Один из них, курносый и веселый, спросил:
– А где же повар-то у вас французский, ваше величество?
– Да его, толстобрюхого, чуешь, мои яицкие вздернули. Величался все, я-ста да я-ста. У нас-де во Франции все хорошо, у вас все яман. Ну, те смотрели, смотрели, обидно показалось им, крикнули: «Ах ты, мирсит-твою», – да и петлю на шею.
Казаки опять переглянулись.
Вскоре Пугачев простился с гостями и пожелал им покойной ночи. Невдалеке от царской палатки гремели донские песни, шли плясы, подвыпившая полсотня донцов веселилась у костра. Девочка Акулечка, любовавшаяся плясунами, сидела на плече у Миши Маленького, как в кресле.
– Ну, господа атаманы, начал положен, – сказал Пугачев по уходе донцов и перекрестился. – Авось по проторенному путику и другие прочие донцы-молодцы прилепятся к нашему самодержавству...
Атаманы промолчали. Анфиса глаз не спускала с мужественного, красивого Горбатова, ловила его взор, но он не обращал на нее ни малейшего внимания. Овчинников, катая из хлеба шарики, сказал:
– Мнится мне, как бы они не переметнулись... По всему видать, они из богатеньких. Седельца-то у них с серебряной чеканкой, у всей полсотни.
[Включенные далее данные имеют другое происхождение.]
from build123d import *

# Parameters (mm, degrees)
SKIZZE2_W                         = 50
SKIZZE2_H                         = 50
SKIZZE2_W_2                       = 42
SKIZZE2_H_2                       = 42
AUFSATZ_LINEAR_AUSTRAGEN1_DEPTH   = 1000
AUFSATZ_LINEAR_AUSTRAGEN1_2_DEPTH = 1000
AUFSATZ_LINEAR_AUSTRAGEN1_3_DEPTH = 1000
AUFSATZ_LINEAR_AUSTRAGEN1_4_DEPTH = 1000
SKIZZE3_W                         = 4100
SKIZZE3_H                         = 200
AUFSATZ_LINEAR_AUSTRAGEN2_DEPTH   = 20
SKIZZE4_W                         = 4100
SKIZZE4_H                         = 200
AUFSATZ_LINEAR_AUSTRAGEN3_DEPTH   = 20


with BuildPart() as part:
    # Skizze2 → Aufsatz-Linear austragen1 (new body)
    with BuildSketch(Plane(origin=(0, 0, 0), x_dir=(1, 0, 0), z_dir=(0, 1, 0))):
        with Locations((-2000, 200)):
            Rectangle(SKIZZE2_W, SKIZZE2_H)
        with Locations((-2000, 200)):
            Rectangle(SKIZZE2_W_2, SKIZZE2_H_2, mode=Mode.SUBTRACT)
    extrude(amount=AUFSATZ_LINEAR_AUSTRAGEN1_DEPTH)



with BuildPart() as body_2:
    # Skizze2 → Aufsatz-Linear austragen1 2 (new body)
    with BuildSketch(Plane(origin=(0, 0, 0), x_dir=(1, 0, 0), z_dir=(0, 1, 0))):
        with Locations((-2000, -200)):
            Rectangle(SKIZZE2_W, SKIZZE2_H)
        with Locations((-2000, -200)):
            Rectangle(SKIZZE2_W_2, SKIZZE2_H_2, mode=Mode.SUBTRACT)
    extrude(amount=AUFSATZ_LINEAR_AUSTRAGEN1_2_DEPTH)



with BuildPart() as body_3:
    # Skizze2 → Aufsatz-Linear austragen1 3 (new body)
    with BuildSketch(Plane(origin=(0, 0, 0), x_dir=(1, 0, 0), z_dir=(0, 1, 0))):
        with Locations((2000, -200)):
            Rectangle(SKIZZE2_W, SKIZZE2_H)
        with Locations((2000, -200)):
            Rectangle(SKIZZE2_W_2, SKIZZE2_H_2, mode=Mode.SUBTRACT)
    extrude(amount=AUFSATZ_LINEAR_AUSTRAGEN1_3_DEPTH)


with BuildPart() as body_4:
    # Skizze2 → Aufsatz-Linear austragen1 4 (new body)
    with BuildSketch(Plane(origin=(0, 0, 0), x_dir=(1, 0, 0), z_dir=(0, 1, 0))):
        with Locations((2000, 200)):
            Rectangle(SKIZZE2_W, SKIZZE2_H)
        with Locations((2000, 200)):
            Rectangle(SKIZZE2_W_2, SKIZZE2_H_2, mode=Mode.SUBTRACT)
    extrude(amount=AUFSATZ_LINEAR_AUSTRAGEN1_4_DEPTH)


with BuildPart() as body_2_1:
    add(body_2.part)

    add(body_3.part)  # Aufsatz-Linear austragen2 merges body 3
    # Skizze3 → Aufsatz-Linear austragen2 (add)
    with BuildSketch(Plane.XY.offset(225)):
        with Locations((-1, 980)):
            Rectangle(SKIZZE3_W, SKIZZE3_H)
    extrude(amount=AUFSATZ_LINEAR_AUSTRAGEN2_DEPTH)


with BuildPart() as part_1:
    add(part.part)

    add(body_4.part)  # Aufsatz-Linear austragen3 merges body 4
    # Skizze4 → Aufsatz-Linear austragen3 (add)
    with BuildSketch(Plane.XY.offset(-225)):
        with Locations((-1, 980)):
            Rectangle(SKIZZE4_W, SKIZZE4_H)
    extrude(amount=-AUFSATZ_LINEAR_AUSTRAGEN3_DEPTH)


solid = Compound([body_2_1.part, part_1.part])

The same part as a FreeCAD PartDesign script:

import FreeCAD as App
import Part
import Sketcher
from FreeCAD import Vector
Q = App.Units.Quantity


def add_polygon(sketch, points):
    """Adds a closed chain of lines whose ends are joined by coincident constraints."""
    first, n = sketch.GeometryCount, len(points)
    for a, b in zip(points, points[1:] + points[:1]):
        sketch.addGeometry(Part.LineSegment(App.Vector(*a, 0), App.Vector(*b, 0)), False)
    for i in range(n):
        sketch.addConstraint(Sketcher.Constraint("Coincident", first + i, 2, first + (i + 1) % n, 1))

doc = App.newDocument("Part")
body = doc.addObject("PartDesign::Body", "Body")

sketch1 = doc.addObject("Sketcher::SketchObject", "Sketch")
body.addObject(sketch1)
sketch1.AttachmentSupport = (doc.XZ_Plane, [""])
sketch1.MapMode = "FlatFace"
add_polygon(sketch1, [(-2025, -225), (-2025, -175), (-1975, -175), (-1975, -225)])
add_polygon(sketch1, [(-1979, -179), (-2021, -179), (-2021, -221), (-1979, -221)])
sketch1.addConstraint([
    Sketcher.Constraint("Vertical", 0),
    Sketcher.Constraint("Horizontal", 1),
    Sketcher.Constraint("Vertical", 2),
    Sketcher.Constraint("Horizontal", 3),
    Sketcher.Constraint("Horizontal", 4),
    Sketcher.Constraint("Vertical", 5),
    Sketcher.Constraint("Horizontal", 6),
    Sketcher.Constraint("Vertical", 7),
    Sketcher.Constraint("Equal", 3, 0),
    Sketcher.Constraint("Equal", 6, 5),
    Sketcher.Constraint("DistanceX", 1, 1, 1, 2, Q("50 mm")),
    Sketcher.Constraint("DistanceX", 4, 2, 4, 1, Q("42 mm")),
    Sketcher.Constraint("DistanceX", 0, 2, -1, 1, Q("2025 mm")),
    Sketcher.Constraint("DistanceY", 0, 2, -1, 1, Q("175 mm")),
    Sketcher.Constraint("DistanceX", 4, 2, -1, 1, Q("2021 mm")),
    Sketcher.Constraint("DistanceY", 4, 2, -1, 1, Q("179 mm")),
])
pad1 = doc.addObject("PartDesign::Pad", "Pad")
body.addObject(pad1)
pad1.Profile = sketch1
pad1.Length = 1000
pad1.Reversed = True
body2 = doc.addObject("PartDesign::Body", "Body001")

sketch2 = doc.addObject("Sketcher::SketchObject", "Sketch001")
body2.addObject(sketch2)
sketch2.AttachmentSupport = (doc.getObject("XZ_Plane001"), [""])
sketch2.MapMode = "FlatFace"
add_polygon(sketch2, [(-2025, 175), (-2025, 225), (-1975, 225), (-1975, 175)])
add_polygon(sketch2, [(-1979, 221), (-2021, 221), (-2021, 179), (-1979, 179)])
sketch2.addConstraint([
    Sketcher.Constraint("Vertical", 0),
    Sketcher.Constraint("Horizontal", 1),
    Sketcher.Constraint("Vertical", 2),
    Sketcher.Constraint("Horizontal", 3),
    Sketcher.Constraint("Horizontal", 4),
    Sketcher.Constraint("Vertical", 5),
    Sketcher.Constraint("Horizontal", 6),
    Sketcher.Constraint("Vertical", 7),
    Sketcher.Constraint("Equal", 3, 0),
    Sketcher.Constraint("Equal", 6, 5),
    Sketcher.Constraint("DistanceX", 1, 1, 1, 2, Q("50 mm")),
    Sketcher.Constraint("DistanceX", 4, 2, 4, 1, Q("42 mm")),
    Sketcher.Constraint("DistanceX", 0, 2, -1, 1, Q("2025 mm")),
    Sketcher.Constraint("DistanceY", -1, 1, 0, 2, Q("225 mm")),
    Sketcher.Constraint("DistanceX", 4, 2, -1, 1, Q("2021 mm")),
    Sketcher.Constraint("DistanceY", -1, 1, 4, 2, Q("221 mm")),
])
pad2 = doc.addObject("PartDesign::Pad", "Pad001")
body2.addObject(pad2)
pad2.Profile = sketch2
pad2.Length = 1000
pad2.Reversed = True
body3 = doc.addObject("PartDesign::Body", "Body002")

sketch3 = doc.addObject("Sketcher::SketchObject", "Sketch002")
body3.addObject(sketch3)
sketch3.AttachmentSupport = (doc.getObject("XZ_Plane002"), [""])
sketch3.MapMode = "FlatFace"
add_polygon(sketch3, [(1975, 175), (1975, 225), (2025, 225), (2025, 175)])
add_polygon(sketch3, [(2021, 221), (1979, 221), (1979, 179), (2021, 179)])
sketch3.addConstraint([
    Sketcher.Constraint("Vertical", 0),
    Sketcher.Constraint("Horizontal", 1),
    Sketcher.Constraint("Vertical", 2),
    Sketcher.Constraint("Horizontal", 3),
    Sketcher.Constraint("Horizontal", 4),
    Sketcher.Constraint("Vertical", 5),
    Sketcher.Constraint("Horizontal", 6),
    Sketcher.Constraint("Vertical", 7),
    Sketcher.Constraint("Equal", 3, 0),
    Sketcher.Constraint("Equal", 6, 5),
    Sketcher.Constraint("DistanceX", 1, 1, 1, 2, Q("50 mm")),
    Sketcher.Constraint("DistanceX", 4, 2, 4, 1, Q("42 mm")),
    Sketcher.Constraint("DistanceX", -1, 1, 0, 2, Q("1975 mm")),
    Sketcher.Constraint("DistanceY", -1, 1, 0, 2, Q("225 mm")),
    Sketcher.Constraint("DistanceX", -1, 1, 4, 2, Q("1979 mm")),
    Sketcher.Constraint("DistanceY", -1, 1, 4, 2, Q("221 mm")),
])
pad3 = doc.addObject("PartDesign::Pad", "Pad002")
body3.addObject(pad3)
pad3.Profile = sketch3
pad3.Length = 1000
pad3.Reversed = True
body4 = doc.addObject("PartDesign::Body", "Body003")

sketch4 = doc.addObject("Sketcher::SketchObject", "Sketch003")
body4.addObject(sketch4)
sketch4.AttachmentSupport = (doc.getObject("XZ_Plane003"), [""])
sketch4.MapMode = "FlatFace"
add_polygon(sketch4, [(1975, -225), (1975, -175), (2025, -175), (2025, -225)])
add_polygon(sketch4, [(2021, -179), (1979, -179), (1979, -221), (2021, -221)])
sketch4.addConstraint([
    Sketcher.Constraint("Vertical", 0),
    Sketcher.Constraint("Horizontal", 1),
    Sketcher.Constraint("Vertical", 2),
    Sketcher.Constraint("Horizontal", 3),
    Sketcher.Constraint("Horizontal", 4),
    Sketcher.Constraint("Vertical", 5),
    Sketcher.Constraint("Horizontal", 6),
    Sketcher.Constraint("Vertical", 7),
    Sketcher.Constraint("Equal", 3, 0),
    Sketcher.Constraint("Equal", 6, 5),
    Sketcher.Constraint("DistanceX", 1, 1, 1, 2, Q("50 mm")),
    Sketcher.Constraint("DistanceX", 4, 2, 4, 1, Q("42 mm")),
    Sketcher.Constraint("DistanceX", -1, 1, 0, 2, Q("1975 mm")),
    Sketcher.Constraint("DistanceY", 0, 2, -1, 1, Q("175 mm")),
    Sketcher.Constraint("DistanceX", -1, 1, 4, 2, Q("1979 mm")),
    Sketcher.Constraint("DistanceY", 4, 2, -1, 1, Q("179 mm")),
])
pad4 = doc.addObject("PartDesign::Pad", "Pad003")
body4.addObject(pad4)
pad4.Profile = sketch4
pad4.Length = 1000
pad4.Reversed = True
body2.AllowCompound = True
doc.recompute()

boolean = doc.addObject("PartDesign::Boolean", "Boolean")
body2.addObject(boolean)
boolean.Type = "Fuse"
boolean.addObjects([body3])

sketch5 = doc.addObject("Sketcher::SketchObject", "Sketch004")
body2.addObject(sketch5)
sketch5.AttachmentSupport = (doc.getObject("XY_Plane001"), [""])
sketch5.MapMode = "FlatFace"
sketch5.AttachmentOffset = App.Placement(Vector(0, 0, 225), App.Rotation())
add_polygon(sketch5, [(-2051, 1080), (-2051, 880), (2049, 880), (2049, 1080)])
sketch5.addConstraint([
    Sketcher.Constraint("Vertical", 0),
    Sketcher.Constraint("Horizontal", 1),
    Sketcher.Constraint("Vertical", 2),
    Sketcher.Constraint("Horizontal", 3),
    Sketcher.Constraint("DistanceX", 1, 1, 1, 2, Q("4100 mm")),
    Sketcher.Constraint("DistanceY", 0, 2, 0, 1, Q("200 mm")),
    Sketcher.Constraint("DistanceX", 0, 2, -1, 1, Q("2051 mm")),
    Sketcher.Constraint("DistanceY", -1, 1, 0, 2, Q("880 mm")),
])
pad5 = doc.addObject("PartDesign::Pad", "Pad004")
body2.addObject(pad5)
pad5.Profile = sketch5
pad5.Length = 20
body.AllowCompound = True
doc.recompute()

boolean2 = doc.addObject("PartDesign::Boolean", "Boolean001")
body.addObject(boolean2)
boolean2.Type = "Fuse"
boolean2.addObjects([body4])

sketch6 = doc.addObject("Sketcher::SketchObject", "Sketch005")
body.addObject(sketch6)
sketch6.AttachmentSupport = (doc.XY_Plane, [""])
sketch6.MapMode = "FlatFace"
sketch6.AttachmentOffset = App.Placement(Vector(0, 0, -225), App.Rotation())
add_polygon(sketch6, [(-2051, 1080), (-2051, 880), (2049, 880), (2049, 1080)])
sketch6.addConstraint([
    Sketcher.Constraint("Vertical", 0),
    Sketcher.Constraint("Horizontal", 1),
    Sketcher.Constraint("Vertical", 2),
    Sketcher.Constraint("Horizontal", 3),
    Sketcher.Constraint("DistanceX", 1, 1, 1, 2, Q("4100 mm")),
    Sketcher.Constraint("DistanceY", 0, 2, 0, 1, Q("200 mm")),
    Sketcher.Constraint("DistanceX", 0, 2, -1, 1, Q("2051 mm")),
    Sketcher.Constraint("DistanceY", -1, 1, 0, 2, Q("880 mm")),
])
pad6 = doc.addObject("PartDesign::Pad", "Pad005")
body.addObject(pad6)
pad6.Profile = sketch6
pad6.Length = 20
pad6.Reversed = True

doc.recompute()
Да и сабельки-то – залюбуешься.
– Да уж чего тут... – буркнул Чумаков в большую бороду. – Известно, бедноту по наши души не пошлют.
Впоследствии так оно и вышло.
Захватив с собою девять пушек, порох, свинец и триста сорок человек команды, набранной услужливым новым воеводою Юматовым, Пугачев 5 августа со всею армией выступил из Петровска по дороге к Саратову.